The experimental results comprehensively validate the effectiveness of the proposed privacy-sensitive entity recognition framework. By constructing a high-quality dataset (98% precision in Group 3) and integrating a BiLSTM-based feature extractor with multi-head attention-driven word vector fusion, the model achieves superior performance (F1 = 0.93, AUC = 0.97) compared to baseline methods (e.g., Lattice LSTM, BERT). Ablation studies confirm the necessity of each component: BiLSTM outperforms TextCNN and BERT in capturing sequential context (F1 = 0.93 vs. 0.71/0.90), multi-head attention significantly enhances entity recognition over naive fusion methods (F1 = 0.93 vs. 0.69), and the CRF loss function optimizes sequence labeling (F1 = 0.92 vs. 0.59–0.61 for other losses). These results demonstrate the model’s ability to precisely identify privacy-sensitive entities (e.g., “personal information”) while maintaining low error rates (FPR = 0.046, FNR = 0.03), making it robust for real-world privacy governance tasks.

7. Conclusions

This paper proposes an innovative data construction method and model for the adaptive recognition of privacy-sensitive entities in Android privacy protocols within power equipment. First, addressing the issues of the lack of standardized naming for platform-specific entities and the data sparsity problem caused by simple sentence segmentation methods, a high-quality data construction method for privacy protocols is introduced. This method uses sentence segmentation based on specific characters, character compression mapping, and a BIOE annotation scheme to provide an efficient and compact dataset for model training. The samples generated by this data construction method achieve an accuracy of at least 85%, effectively solving the problem of insufficient privacy protocol datasets in the power equipment domain.

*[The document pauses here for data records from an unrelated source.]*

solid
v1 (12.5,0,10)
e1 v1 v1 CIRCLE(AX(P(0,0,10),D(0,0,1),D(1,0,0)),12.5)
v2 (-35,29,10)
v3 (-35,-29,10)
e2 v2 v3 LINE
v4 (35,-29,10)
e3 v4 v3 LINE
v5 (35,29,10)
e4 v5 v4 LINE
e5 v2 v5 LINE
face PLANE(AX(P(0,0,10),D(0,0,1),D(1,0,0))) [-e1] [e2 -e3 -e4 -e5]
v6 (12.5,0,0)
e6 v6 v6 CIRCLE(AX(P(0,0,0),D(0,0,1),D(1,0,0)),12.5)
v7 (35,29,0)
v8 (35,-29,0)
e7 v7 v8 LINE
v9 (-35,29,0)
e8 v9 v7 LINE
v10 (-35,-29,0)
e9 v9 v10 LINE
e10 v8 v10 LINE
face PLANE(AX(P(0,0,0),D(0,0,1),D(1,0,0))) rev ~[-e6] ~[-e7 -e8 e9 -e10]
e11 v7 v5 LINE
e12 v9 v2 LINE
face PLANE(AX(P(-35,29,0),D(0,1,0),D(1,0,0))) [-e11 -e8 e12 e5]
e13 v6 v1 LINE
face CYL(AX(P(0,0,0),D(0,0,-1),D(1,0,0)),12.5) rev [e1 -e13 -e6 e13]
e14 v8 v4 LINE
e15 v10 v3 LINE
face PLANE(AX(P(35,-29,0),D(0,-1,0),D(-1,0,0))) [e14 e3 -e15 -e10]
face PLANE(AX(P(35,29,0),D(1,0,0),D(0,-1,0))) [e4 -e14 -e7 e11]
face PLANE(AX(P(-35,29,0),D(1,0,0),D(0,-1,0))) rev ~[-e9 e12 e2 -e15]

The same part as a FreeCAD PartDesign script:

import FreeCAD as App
import Part
import Sketcher

V = App.Vector
Q = App.Units.Quantity


def add_polygon(sketch, points):
    """Adds a closed chain of lines whose ends are joined by coincident constraints."""
    first, n = sketch.GeometryCount, len(points)
    for a, b in zip(points, points[1:] + points[:1]):
        sketch.addGeometry(Part.LineSegment(App.Vector(*a, 0), App.Vector(*b, 0)), False)
    for i in range(n):
        sketch.addConstraint(Sketcher.Constraint("Coincident", first + i, 2, first + (i + 1) % n, 1))

doc = App.newDocument("Part")
body = doc.addObject("PartDesign::Body", "Body")

# Sketch on XY plane
sketch1 = doc.addObject("Sketcher::SketchObject", "Sketch")
body.addObject(sketch1)
sketch1.AttachmentSupport = (doc.XY_Plane, [""])
sketch1.MapMode = "FlatFace"
add_polygon(sketch1, [(35, 29), (-35, 29), (-35, -29), (35, -29)])  # lines 0-3
sketch1.addGeometry(Part.Circle(V(0, 0, 0), V(0, 0, 1), 12), False)  # 4
sketch1.addConstraint(Sketcher.Constraint("Horizontal", 0))
sketch1.addConstraint(Sketcher.Constraint("Vertical", 1))
sketch1.addConstraint(Sketcher.Constraint("Horizontal", 2))
sketch1.addConstraint(Sketcher.Constraint("Vertical", 3))
sketch1.addConstraint(Sketcher.Constraint("Coincident", 4, 3, -1, 1))
sketch1.addConstraint(Sketcher.Constraint("Symmetric", 0, 2, 2, 2, -1, 1))
sketch1.addConstraint(Sketcher.Constraint("Diameter", 4, Q("25 mm")))
sketch1.addConstraint(Sketcher.Constraint("DistanceX", 0, 2, 0, 1, Q("70 mm")))
sketch1.addConstraint(Sketcher.Constraint("DistanceY", 1, 2, 1, 1, Q("58 mm")))
pad1 = doc.addObject("PartDesign::Pad", "Pad")
body.addObject(pad1)
pad1.Profile = sketch1
pad1.Length = 10

doc.recompute()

Next, to address the low accuracy of existing named entity recognition (NER) methods in the case of mixed-language expressions, an adaptive sensitive entity recognition model, CPS-LSTM, is proposed. During the construction of the sensitive entity recognition model, a novel word embedding-character representation fusion method is introduced. By incorporating lexical information into word embedding features, the model significantly enhances its ability to perceive character boundaries. Furthermore, the use of a CRF Viterbi decoder and a position-based label prediction optimization algorithm enables the model to effectively learn the sequential features of entity labeling relationships, solving the issue of poor accuracy in independent label predictions. Compared with existing baseline methods such as Lattice LSTM, WC-LSTM, and FLAT, the CPS-LSTM model shows improvements in both accuracy and recall, with accuracy increasing by 0.09, 0.14, and 0.05, and recall increasing by 0.07, 0.12, and 0.02, respectively. These results demonstrate that the proposed multi-word fusion lexical enhancement model achieves faster convergence and higher recognition accuracy, enabling it to effectively extract all potential privacy-sensitive entities from the target text.

Although the proposed method for privacy-sensitive entity recognition shows improvements in data construction and model accuracy, it still has limitations. The model may struggle with complex mixed-language expressions, particularly in low-resource languages. Additionally, the data construction method, which relies on specific character segmentation and compression, may not be flexible enough for more complex privacy protocols. Future research could focus on improving multilingual capabilities, diversifying datasets, and exploring more efficient training methods like adaptive labeling and online learning.